So our 7-11 year olds are stressed and depressed by having to live in a violent, materialistic and celebrity-obsessed society, where they don't even feel safe to walk the streets. Meanwhile, worried middle-class parents are adding to the pressure by pushing them to private tutors, in an attempt to get them into one of the few decent schools around or make up the learning deficits of the state system.
Well, what a surprise. They didn't need to do a big research project to learn that, they could just have spoken to me and my friends. We have watched all this happening before our eyes as our own children, now in their last year of compulsory schooling, have grown up.
It is scary. Whatever we do as parents does not seem to be sufficient to prepare our kids for what lies ahead.
Three notable things:
1. I've written about 800 words over the last two days as well as having some new plot ideas.
2. We sat waiting for son 1's therapist for almost half an hour this morning because the receptionist forgot to phone up and tell her we'd arrived...
3. My copy of Mslexia finally arrived in the mail...
8 comments:
I was listening to this on the news earlier. Whatever will they come up with next? Up here, schools are few and far between, let alone good schools. I've got Amy into a good mainstream first school but who knows what the future will bring? Don't you think all this depression begins at home? Keeping up with the Jones's etc?
Well done on your writing and ideas. I've had one of my own today. Sack the receptionist and how did you get mail! I think they've forgotten we exist.
Crystal xx
I think things are very different here in outer London, Crystal. Some kids really are scared to go out and about because of the gangs,bullying and drug pushing which go on both in and out of school, as well as dangerous traffic.
We are not pushy parents, but many are as there are more options. We let son 1 go to the local comprehensive and look what happened.
I agree that the materialism/consumerism largely comes from home, as well as family dysfunction. But that is not all of the picture and in my experience schools are only too ready to blame home for everything when they should also be looking at what is going on under their own roof.
Oh and we've had mail since Weds but not much so I think there must be lots more in the system!
Cxx
Our daughter sees a great tutor to help with math. We use Lindamood Bell Learning for that so I need some help teaching her. Other than that I am convinced I am the only parent in our town who does not have their child in even one activity! I think it is ridiculous the amount of stuff people push their kids into these days. When I lived in Jersey one family had their daughter in seven activites! She was busy every day of the week. I felt sorry for that kid.
Marla, our kids have only ever done things they enjoyed and then only one or two activities a week. I don't want to be a taxi service all the time!

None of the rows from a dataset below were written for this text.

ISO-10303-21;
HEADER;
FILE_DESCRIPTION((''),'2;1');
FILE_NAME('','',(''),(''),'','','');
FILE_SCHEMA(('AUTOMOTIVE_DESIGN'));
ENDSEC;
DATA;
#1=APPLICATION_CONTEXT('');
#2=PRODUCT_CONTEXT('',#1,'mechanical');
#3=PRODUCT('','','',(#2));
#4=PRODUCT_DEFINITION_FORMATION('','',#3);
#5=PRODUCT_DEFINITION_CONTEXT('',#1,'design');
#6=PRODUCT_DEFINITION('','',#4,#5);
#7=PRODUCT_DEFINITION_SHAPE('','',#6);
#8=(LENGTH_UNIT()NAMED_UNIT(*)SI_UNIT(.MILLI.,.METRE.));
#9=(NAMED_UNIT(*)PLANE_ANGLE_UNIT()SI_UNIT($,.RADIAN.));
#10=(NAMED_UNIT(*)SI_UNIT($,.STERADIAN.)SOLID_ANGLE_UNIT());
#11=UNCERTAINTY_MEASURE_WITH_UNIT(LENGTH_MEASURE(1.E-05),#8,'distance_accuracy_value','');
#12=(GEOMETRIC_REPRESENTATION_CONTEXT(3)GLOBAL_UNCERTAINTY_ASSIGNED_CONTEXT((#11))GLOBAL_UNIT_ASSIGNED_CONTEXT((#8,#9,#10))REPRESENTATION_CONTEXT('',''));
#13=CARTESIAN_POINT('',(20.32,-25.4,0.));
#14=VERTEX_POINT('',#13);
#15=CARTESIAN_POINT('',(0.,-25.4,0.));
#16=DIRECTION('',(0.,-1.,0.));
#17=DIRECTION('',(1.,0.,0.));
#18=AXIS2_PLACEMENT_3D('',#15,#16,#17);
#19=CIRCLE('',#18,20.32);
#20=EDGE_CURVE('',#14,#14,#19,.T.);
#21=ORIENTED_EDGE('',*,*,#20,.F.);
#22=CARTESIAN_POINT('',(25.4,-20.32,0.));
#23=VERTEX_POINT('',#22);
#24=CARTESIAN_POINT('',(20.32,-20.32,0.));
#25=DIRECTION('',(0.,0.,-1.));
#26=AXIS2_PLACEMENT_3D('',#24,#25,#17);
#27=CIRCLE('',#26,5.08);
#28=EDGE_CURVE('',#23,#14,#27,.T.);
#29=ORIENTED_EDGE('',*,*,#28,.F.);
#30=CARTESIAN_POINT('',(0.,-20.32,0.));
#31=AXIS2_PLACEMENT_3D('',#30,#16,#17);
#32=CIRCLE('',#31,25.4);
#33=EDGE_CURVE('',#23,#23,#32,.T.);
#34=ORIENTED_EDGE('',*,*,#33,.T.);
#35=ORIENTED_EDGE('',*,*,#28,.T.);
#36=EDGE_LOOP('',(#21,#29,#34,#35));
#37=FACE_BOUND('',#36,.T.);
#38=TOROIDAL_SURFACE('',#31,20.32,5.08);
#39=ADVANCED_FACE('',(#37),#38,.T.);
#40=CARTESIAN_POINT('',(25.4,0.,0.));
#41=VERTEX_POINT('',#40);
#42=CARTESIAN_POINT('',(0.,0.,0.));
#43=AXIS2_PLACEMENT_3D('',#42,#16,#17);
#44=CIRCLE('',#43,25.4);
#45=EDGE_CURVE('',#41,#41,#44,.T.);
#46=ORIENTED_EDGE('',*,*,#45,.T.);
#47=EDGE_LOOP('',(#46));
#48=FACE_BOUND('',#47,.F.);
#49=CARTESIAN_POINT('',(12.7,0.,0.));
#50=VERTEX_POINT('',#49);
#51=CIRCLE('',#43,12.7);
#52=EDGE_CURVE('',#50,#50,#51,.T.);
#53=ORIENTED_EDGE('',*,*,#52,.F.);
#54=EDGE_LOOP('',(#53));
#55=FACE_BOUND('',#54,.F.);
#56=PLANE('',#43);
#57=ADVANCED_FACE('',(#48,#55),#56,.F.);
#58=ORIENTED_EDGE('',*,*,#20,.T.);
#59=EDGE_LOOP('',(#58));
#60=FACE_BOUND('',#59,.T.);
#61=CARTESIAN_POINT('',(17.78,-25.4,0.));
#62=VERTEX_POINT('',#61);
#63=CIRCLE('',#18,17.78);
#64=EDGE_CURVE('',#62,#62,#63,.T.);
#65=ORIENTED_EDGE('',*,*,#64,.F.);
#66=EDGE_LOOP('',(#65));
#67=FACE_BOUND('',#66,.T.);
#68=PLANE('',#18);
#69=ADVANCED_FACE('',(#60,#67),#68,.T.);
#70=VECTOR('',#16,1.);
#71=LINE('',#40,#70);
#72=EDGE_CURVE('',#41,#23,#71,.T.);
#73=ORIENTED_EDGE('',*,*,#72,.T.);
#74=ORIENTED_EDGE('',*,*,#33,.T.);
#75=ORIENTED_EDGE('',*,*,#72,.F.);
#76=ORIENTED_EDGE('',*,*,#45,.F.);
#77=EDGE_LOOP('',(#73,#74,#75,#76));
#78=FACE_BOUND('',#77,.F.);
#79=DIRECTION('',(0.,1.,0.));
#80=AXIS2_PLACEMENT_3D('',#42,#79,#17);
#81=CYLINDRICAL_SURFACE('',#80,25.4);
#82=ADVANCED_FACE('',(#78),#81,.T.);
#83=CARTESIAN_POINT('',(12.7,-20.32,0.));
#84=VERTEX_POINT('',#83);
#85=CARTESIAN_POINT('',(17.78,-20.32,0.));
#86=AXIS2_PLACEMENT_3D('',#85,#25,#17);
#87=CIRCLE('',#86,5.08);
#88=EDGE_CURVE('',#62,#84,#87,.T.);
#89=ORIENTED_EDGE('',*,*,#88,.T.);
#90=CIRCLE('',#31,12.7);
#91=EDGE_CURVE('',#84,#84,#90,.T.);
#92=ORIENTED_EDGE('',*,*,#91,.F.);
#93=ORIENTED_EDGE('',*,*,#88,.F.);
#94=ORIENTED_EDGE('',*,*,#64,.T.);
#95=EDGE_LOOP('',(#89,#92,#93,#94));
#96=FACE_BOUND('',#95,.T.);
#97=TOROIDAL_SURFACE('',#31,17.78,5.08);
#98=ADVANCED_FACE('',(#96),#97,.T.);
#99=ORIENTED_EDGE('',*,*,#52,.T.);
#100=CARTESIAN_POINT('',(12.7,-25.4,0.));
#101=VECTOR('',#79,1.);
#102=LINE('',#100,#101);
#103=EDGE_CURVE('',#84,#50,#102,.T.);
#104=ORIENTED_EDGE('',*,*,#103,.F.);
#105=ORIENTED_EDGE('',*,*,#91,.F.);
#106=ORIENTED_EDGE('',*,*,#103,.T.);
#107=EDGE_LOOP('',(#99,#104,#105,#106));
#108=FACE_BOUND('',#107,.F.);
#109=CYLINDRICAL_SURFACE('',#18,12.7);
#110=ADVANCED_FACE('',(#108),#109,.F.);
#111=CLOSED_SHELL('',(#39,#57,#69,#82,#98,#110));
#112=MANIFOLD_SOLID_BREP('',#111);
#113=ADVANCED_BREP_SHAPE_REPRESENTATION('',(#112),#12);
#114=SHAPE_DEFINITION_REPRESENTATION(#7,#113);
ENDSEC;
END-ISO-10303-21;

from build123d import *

# Parameters (mm, degrees)
F0_R     = 25.4
F1_DEPTH = 25.4
F2_R     = 12.7
F3_DEPTH = 25.401
F4_R     = 5.08


with BuildPart() as f1:
    # F0 (on Front) → F1 (new body)
    with BuildSketch(Plane.XZ):
        Circle(F0_R)
    extrude(amount=F1_DEPTH)

    # F2 (on face) → F3 (cut, through all)
    with BuildSketch(Plane.XZ.offset(25.4)):
        Circle(F2_R)
    extrude(amount=-F3_DEPTH, mode=Mode.SUBTRACT)

    # F4
    f4_edges = [f1.edges().sort_by_distance(p)[0] for p in [
        (-25.4, -25.4, 0),
        (-12.7, -25.4, 0),
    ]]
    fillet(f4_edges, radius=F4_R)


solid = f1.part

Yes im just out side London, and the kids are scared, and so are the parents.
It is a huge topic.
This is a minefield Cathy.
Children and teachers are under enormous pressure in primary school purely because of the curriculum which is adhered to with venom. There's no respite. I've heard teachers say that they would love to chat with the children freely for a morning about their weekends/ worries whatever but because of the daily targets which have to be ticked and recorded this is impossible. They're on a treadmill.
I've had children in both state and private and I've taught too (although older kids).
I have to say that the situation is slightly more relaxed in private because they don't fall under the same governing body. (It can throw up a whole load of other problems though).
There's a very fine line between educating them well and exhausting them for the sake of government statistics or in the hope that they will get into 'a good school'.
Lane, I agree it is a minefield. I come from a family of teachers, I know all about the problems and actually I don't blame most of the teachers on the ground.
Perhaps we have just been unlucky but having ourselves been educated in the state system, we trusted it. Financially, because I am a carer, private education was not an option for Son 1 anyway.
He is a quiet, law-abiding child with a few mild specific learning disabilities, which secondary school refused to recognise (he was doing very well with a little additional input from school at key stage two). He and his class were emotionally abused by the form teacher in the last year of middle school. He was persistently bullied in secondary school and fears meeting the perpetrators on the street. Drugs were being pushed in lessons, he was too traumatised go to school or even have one to one teaching.
He now has a severe mental illness and no education, but frankly we are lucky he is still alive. Other children I know are having to attend afterschool classes held in school by devoted teachers to help them catch up with GCSE coursework because there is no time to work with quiet children in class, due to troublemakers. The headteacher is obsessed with boxticking and statistics. She has no people skills with either staff, pupils or families. I could go on.
Round here parents who can afford to go private. Many more use private tutors, Saturday schools etc or send their children out of borough to selective state schools if they are lucky enough to win a place. Their children are under constant pressure.The irony is that 19 years ago we chose to live in this borough due to its high reputation for state education!!
Aw Cathy, I feel for you - and your son. That's a rough ride.
When we lived in London we were in the borough of Newham and then Waltham Forest which had some excellent state schools. Outside of school though, it was a different matter:-(
All the very best to you and your son.